Seguiu-se a passagem de ano, com pequenos focos de artifício festivo aqui e acolá. A fiscalização foi branda e a contaminação não abrandou. Com o regresso das actividades lectivas começámos a apanhar as canas. Muitos se insurgiram contra o fecho das escolas, argumentando que não seriam as aulas a aumentar os contágios entre a população mais jovem. Pois, só que ‘actividades lectivas’ não contemplam apenas as aulinhas. Para além das lições, temos intervalos, pausas para almoço e momentos de entrada/saída no recinto escolar. É aí que o bicho mexe.
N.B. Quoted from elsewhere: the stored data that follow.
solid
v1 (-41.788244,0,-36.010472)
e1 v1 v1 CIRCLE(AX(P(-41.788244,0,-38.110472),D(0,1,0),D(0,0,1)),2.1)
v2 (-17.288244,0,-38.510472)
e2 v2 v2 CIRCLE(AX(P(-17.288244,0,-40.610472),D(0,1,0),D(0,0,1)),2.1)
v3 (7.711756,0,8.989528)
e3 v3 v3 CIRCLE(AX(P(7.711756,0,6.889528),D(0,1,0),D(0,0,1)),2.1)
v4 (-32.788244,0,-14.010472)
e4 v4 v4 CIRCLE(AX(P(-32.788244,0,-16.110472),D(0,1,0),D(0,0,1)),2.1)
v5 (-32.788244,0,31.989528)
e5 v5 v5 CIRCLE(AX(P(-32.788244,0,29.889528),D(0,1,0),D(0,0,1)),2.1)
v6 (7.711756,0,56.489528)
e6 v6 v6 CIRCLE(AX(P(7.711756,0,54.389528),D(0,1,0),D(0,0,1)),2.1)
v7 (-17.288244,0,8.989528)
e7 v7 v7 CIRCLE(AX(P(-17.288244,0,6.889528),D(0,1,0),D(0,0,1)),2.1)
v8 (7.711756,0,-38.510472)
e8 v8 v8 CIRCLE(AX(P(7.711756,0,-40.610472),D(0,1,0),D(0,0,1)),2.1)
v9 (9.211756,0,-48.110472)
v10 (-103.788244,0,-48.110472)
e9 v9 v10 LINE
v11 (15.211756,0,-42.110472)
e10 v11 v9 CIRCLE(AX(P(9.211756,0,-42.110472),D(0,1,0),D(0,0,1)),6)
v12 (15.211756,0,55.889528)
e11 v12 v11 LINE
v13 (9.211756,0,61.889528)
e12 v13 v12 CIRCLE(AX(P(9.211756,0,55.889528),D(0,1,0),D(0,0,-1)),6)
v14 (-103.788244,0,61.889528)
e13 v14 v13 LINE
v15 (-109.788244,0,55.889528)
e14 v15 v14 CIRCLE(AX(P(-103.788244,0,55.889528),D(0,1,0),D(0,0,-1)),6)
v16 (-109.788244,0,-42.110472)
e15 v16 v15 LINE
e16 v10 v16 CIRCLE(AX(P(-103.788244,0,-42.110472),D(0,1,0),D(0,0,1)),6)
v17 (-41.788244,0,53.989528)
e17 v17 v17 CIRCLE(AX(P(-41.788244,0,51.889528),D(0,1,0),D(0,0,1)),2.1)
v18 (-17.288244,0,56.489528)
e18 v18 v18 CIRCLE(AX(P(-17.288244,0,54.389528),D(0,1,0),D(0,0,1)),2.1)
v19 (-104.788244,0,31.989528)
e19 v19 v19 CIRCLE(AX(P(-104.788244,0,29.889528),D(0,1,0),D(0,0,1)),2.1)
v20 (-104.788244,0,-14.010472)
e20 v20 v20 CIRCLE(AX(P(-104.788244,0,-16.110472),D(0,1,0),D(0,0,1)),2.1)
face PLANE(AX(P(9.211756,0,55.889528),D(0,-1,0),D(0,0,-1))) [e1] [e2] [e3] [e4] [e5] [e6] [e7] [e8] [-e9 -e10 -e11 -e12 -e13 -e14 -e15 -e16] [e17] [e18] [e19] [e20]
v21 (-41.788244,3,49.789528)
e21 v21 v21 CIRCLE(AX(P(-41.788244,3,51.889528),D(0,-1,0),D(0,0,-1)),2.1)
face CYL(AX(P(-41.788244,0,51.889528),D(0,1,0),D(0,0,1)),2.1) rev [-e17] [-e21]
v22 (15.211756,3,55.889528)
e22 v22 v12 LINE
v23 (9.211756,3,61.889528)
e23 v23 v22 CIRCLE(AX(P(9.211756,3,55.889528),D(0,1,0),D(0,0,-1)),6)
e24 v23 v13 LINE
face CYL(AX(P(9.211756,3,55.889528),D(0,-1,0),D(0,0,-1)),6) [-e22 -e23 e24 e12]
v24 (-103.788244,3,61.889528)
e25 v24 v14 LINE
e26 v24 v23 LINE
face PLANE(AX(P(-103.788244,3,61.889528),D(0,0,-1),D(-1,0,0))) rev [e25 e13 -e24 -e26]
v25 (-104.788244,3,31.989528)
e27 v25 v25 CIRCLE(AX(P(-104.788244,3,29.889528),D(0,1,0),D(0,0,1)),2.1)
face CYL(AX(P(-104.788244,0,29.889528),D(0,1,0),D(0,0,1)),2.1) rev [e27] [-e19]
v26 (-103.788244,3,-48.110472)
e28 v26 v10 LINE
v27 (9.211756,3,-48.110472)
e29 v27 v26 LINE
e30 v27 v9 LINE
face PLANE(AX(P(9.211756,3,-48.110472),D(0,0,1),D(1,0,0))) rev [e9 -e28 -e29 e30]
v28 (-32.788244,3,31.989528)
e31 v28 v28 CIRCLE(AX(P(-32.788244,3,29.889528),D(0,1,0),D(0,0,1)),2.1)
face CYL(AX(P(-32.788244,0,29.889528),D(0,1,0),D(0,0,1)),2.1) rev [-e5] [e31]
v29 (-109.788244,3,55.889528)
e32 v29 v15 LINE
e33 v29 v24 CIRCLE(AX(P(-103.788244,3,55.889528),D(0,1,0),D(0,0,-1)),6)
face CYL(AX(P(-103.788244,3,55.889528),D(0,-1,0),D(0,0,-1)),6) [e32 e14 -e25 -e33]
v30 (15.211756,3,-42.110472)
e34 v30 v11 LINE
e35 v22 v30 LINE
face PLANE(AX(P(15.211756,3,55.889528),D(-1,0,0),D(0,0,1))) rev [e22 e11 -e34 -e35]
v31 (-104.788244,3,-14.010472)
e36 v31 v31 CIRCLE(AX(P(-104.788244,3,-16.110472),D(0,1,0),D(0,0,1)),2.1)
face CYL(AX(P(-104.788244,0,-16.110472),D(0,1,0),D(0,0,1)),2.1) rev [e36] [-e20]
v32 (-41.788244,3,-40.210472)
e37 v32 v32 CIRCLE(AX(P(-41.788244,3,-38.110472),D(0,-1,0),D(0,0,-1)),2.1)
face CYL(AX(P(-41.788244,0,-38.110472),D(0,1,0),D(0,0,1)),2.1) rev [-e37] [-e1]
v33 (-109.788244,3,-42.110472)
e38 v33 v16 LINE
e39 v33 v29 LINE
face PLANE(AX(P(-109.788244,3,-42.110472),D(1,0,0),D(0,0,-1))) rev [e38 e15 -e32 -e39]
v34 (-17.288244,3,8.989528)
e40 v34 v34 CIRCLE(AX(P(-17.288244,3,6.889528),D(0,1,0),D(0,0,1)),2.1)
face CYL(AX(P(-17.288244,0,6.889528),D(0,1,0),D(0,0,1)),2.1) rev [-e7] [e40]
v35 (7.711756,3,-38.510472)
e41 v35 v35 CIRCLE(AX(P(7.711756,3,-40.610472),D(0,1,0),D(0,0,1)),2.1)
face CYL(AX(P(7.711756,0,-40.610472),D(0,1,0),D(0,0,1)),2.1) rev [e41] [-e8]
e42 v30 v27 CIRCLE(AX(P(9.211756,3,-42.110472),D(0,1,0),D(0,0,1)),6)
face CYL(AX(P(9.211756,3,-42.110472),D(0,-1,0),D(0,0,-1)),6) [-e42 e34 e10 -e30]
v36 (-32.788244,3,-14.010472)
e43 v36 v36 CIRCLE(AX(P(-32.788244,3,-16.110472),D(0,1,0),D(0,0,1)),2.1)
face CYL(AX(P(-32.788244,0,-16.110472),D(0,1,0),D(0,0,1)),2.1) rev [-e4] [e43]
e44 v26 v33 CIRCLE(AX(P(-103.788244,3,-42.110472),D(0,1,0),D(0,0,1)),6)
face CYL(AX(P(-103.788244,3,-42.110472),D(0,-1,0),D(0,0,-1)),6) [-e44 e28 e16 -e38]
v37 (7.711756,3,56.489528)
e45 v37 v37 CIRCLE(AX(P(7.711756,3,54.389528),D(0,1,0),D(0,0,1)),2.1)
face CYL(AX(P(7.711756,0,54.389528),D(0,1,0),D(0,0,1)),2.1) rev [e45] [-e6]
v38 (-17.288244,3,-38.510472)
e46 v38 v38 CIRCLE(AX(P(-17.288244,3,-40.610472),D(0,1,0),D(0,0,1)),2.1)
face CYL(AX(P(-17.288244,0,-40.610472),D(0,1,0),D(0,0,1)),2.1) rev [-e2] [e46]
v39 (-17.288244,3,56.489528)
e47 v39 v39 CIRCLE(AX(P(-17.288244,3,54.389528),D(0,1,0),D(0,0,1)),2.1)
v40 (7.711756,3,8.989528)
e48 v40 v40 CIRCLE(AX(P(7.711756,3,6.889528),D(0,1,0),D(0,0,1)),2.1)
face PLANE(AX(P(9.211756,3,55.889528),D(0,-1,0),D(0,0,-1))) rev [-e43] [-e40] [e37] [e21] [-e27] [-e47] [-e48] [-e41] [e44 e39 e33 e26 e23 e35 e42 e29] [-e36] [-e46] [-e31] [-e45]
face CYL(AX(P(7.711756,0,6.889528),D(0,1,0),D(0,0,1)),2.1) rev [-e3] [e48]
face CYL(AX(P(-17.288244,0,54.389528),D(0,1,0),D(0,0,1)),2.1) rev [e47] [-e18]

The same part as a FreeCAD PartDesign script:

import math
import FreeCAD as App
import Part
import Sketcher
Q = App.Units.Quantity

doc = App.newDocument("Part")
params = doc.addObject("Spreadsheet::Sheet", "Params")
for row, (alias, value) in enumerate([
    ("sketch1_radius", "6 mm"),
    ("sketch1_width", "113 mm"),
    ("sketch1_height", "98 mm"),
    ("pad1_length", "3 mm"),
    ("sketch2_diameter", "4.2 mm"),
    ("sketch3_diameter", "4.2 mm"),
    ("sketch4_diameter", "4.2 mm"),
], start=1):
    params.set(f"A{row}", alias)
    params.set(f"B{row}", "=" + value)
    params.setAlias(f"B{row}", alias)

body = doc.addObject("PartDesign::Body", "Body")

# Sketch on XZ plane
sketch1 = doc.addObject("Sketcher::SketchObject", "Sketch")
body.addObject(sketch1)
sketch1.AttachmentSupport = (doc.XZ_Plane, [""])
sketch1.MapMode = "FlatFace"
sketch1.addGeometry(Part.LineSegment(App.Vector(-109.788244, -42.110472, 0), App.Vector(-109.788244, 55.889528, 0)), False)
sketch1.addGeometry(Part.ArcOfCircle(Part.Circle(App.Vector(-103.788244, 55.889528, 0), App.Vector(0, 0, 1), 6), math.radians(90), math.radians(180)), False)
sketch1.addGeometry(Part.LineSegment(App.Vector(-103.788244, 61.889528, 0), App.Vector(9.211756, 61.889528, 0)), False)
sketch1.addGeometry(Part.ArcOfCircle(Part.Circle(App.Vector(9.211756, 55.889528, 0), App.Vector(0, 0, 1), 6), math.radians(0), math.radians(90)), False)
sketch1.addGeometry(Part.LineSegment(App.Vector(15.211756, 55.889528, 0), App.Vector(15.211756, -42.110472, 0)), False)
sketch1.addGeometry(Part.ArcOfCircle(Part.Circle(App.Vector(9.211756, -42.110472, 0), App.Vector(0, 0, 1), 6), math.radians(-90), math.radians(0)), False)
sketch1.addGeometry(Part.LineSegment(App.Vector(9.211756, -48.110472, 0), App.Vector(-103.788244, -48.110472, 0)), False)
sketch1.addGeometry(Part.ArcOfCircle(Part.Circle(App.Vector(-103.788244, -42.110472, 0), App.Vector(0, 0, 1), 6), math.radians(180), math.radians(270)), False)
sketch1.addConstraint(Sketcher.Constraint("Tangent", 0, 2, 1, 2))
sketch1.addConstraint(Sketcher.Constraint("Tangent", 1, 1, 2, 1))
sketch1.addConstraint(Sketcher.Constraint("Tangent", 2, 2, 3, 2))
sketch1.addConstraint(Sketcher.Constraint("Tangent", 3, 1, 4, 1))
sketch1.addConstraint(Sketcher.Constraint("Tangent", 4, 2, 5, 2))
sketch1.addConstraint(Sketcher.Constraint("Tangent", 5, 1, 6, 1))
sketch1.addConstraint(Sketcher.Constraint("Tangent", 6, 2, 7, 2))
sketch1.addConstraint(Sketcher.Constraint("Tangent", 7, 1, 0, 1))
sketch1.addConstraint(Sketcher.Constraint("Vertical", 0))
sketch1.addConstraint(Sketcher.Constraint("Horizontal", 2))
sketch1.addConstraint(Sketcher.Constraint("Vertical", 4))
sketch1.addConstraint(Sketcher.Constraint("Horizontal", 6))
sketch1.addConstraint(Sketcher.Constraint("Equal", 1, 3))
sketch1.addConstraint(Sketcher.Constraint("Equal", 3, 5))
sketch1.addConstraint(Sketcher.Constraint("Equal", 5, 7))
sketch1.addConstraint(Sketcher.Constraint("Radius", 1, Q("6 mm")))
sketch1.addConstraint(Sketcher.Constraint("DistanceX", 2, 1, 2, 2, Q("113 mm")))
sketch1.addConstraint(Sketcher.Constraint("DistanceY", 0, 1, 0, 2, Q("98 mm")))
sketch1.addConstraint(Sketcher.Constraint("DistanceX", 1, 3, -1, 1, Q("103.788244 mm")))
sketch1.addConstraint(Sketcher.Constraint("DistanceY", -1, 1, 1, 3, Q("55.889528 mm")))
sketch1.setExpression("Constraints[15]", "Params.sketch1_radius")
sketch1.setExpression("Constraints[16]", "Params.sketch1_width")
sketch1.setExpression("Constraints[17]", "Params.sketch1_height")
pad1 = doc.addObject("PartDesign::Pad", "Pad")
body.addObject(pad1)
pad1.Profile = sketch1
pad1.setExpression("Length", "Params.pad1_length")
pad1.Reversed = True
Claro que nas aulas todos os alunos estão quietinhos e com a máscara bem posta, mas chegando ali à hora de almoço… As máscaras escorregam dos rostos, há contrabando de gomas, trincas fortuitas em panikes, garrafas de plástico que fazem intercâmbio labial, bafos em cigarros sem dono e, acima de tudo, muitos beijos e afectos (típicos de um Marcelo Rebelo de Sousa em pré-pandemia). Sei do que falo porque já passei por isso. Bem, eu não propriamente porque era um cromo e ficava sempre à margem, mas era mais ou menos isso que a malta fixe fazia. Com a inconsciência típica e natural da juventude que vive o dia-a-dia com leveza e descontração, o coronavírus faz ali um trabalho de grupo jeitoso e cada aluno leva uma ‘carga de trabalhos’ para casa.

 

“Ai, coitados dos nossos alunos que ficarão privados de aprender”, exclamaram alguns, aquando do encerramento das escolas. Trata-se um argumento válido quando falamos das idades mais jovens, principalmente para as crianças aprendem a ler e a escrever. Todavia, se perguntarmos aos alunos do ensino básico ou secundário se preferem sumários na aula ou sumos no recreio, a maioria escolherá a segunda opção, especialmente se estivermos a falar de Coca-cola ou Fanta. Até mesmo um Ice-tea de marca branca do Lidl bate um sumário de Físico-química. Sejamos francos, a escola é importante para os jovens, mas mais pela questão social. E é fora das aulas que a socialização à séria (e consequente contágio) ocorre. Escola não é apenas sinónimo de aulas. Os meus pais são professores e, se lhes perguntarem, eles também vos dirão que o melhor da vida são as actividades extra-curriculares 😏

 

Atravessamos tempos difíceis e mais do que encontrar culpados, urge reduzir ao máximo os números de casos/óbitos provocados por este malfadado vírus. Depende de nós, mas também de quem nos comanda. Se deveríamos já ter confinado integralmente mais cedo? Sim. Se a nossa economia aguenta? Nem por isso. Se gostava de estar na situação dos decisores políticos? Não, mas se estivesse na linha da frente a tratar doentes num hospital em ruptura estaria furibundo como os nossos governantes. Poder-se-ia ter feito mais e com melhor planeamento? Sem dúvida, mas o povo português com a sua sacanice e chico-espertice crónicas não ajudou à ‘festa pandémica’. Resta-nos agradecer aos médicos, enfermeiros e auxiliares de saúde, bombeiros e outros profissionais que estão a segurar isto tudo como podem. Espero que lhes dêem, no mínimo, um aumento salarial de 300 palmas.


Agora vou só dormir uma ‘AstraZeneca’ a ver se, quando acordar, isto melhorou. Resguardem-se e, já agora, votem. Se quiserem votar em branco, votem no Eduardo Nelson que sempre farão sorrir quem estiver a contar os votos.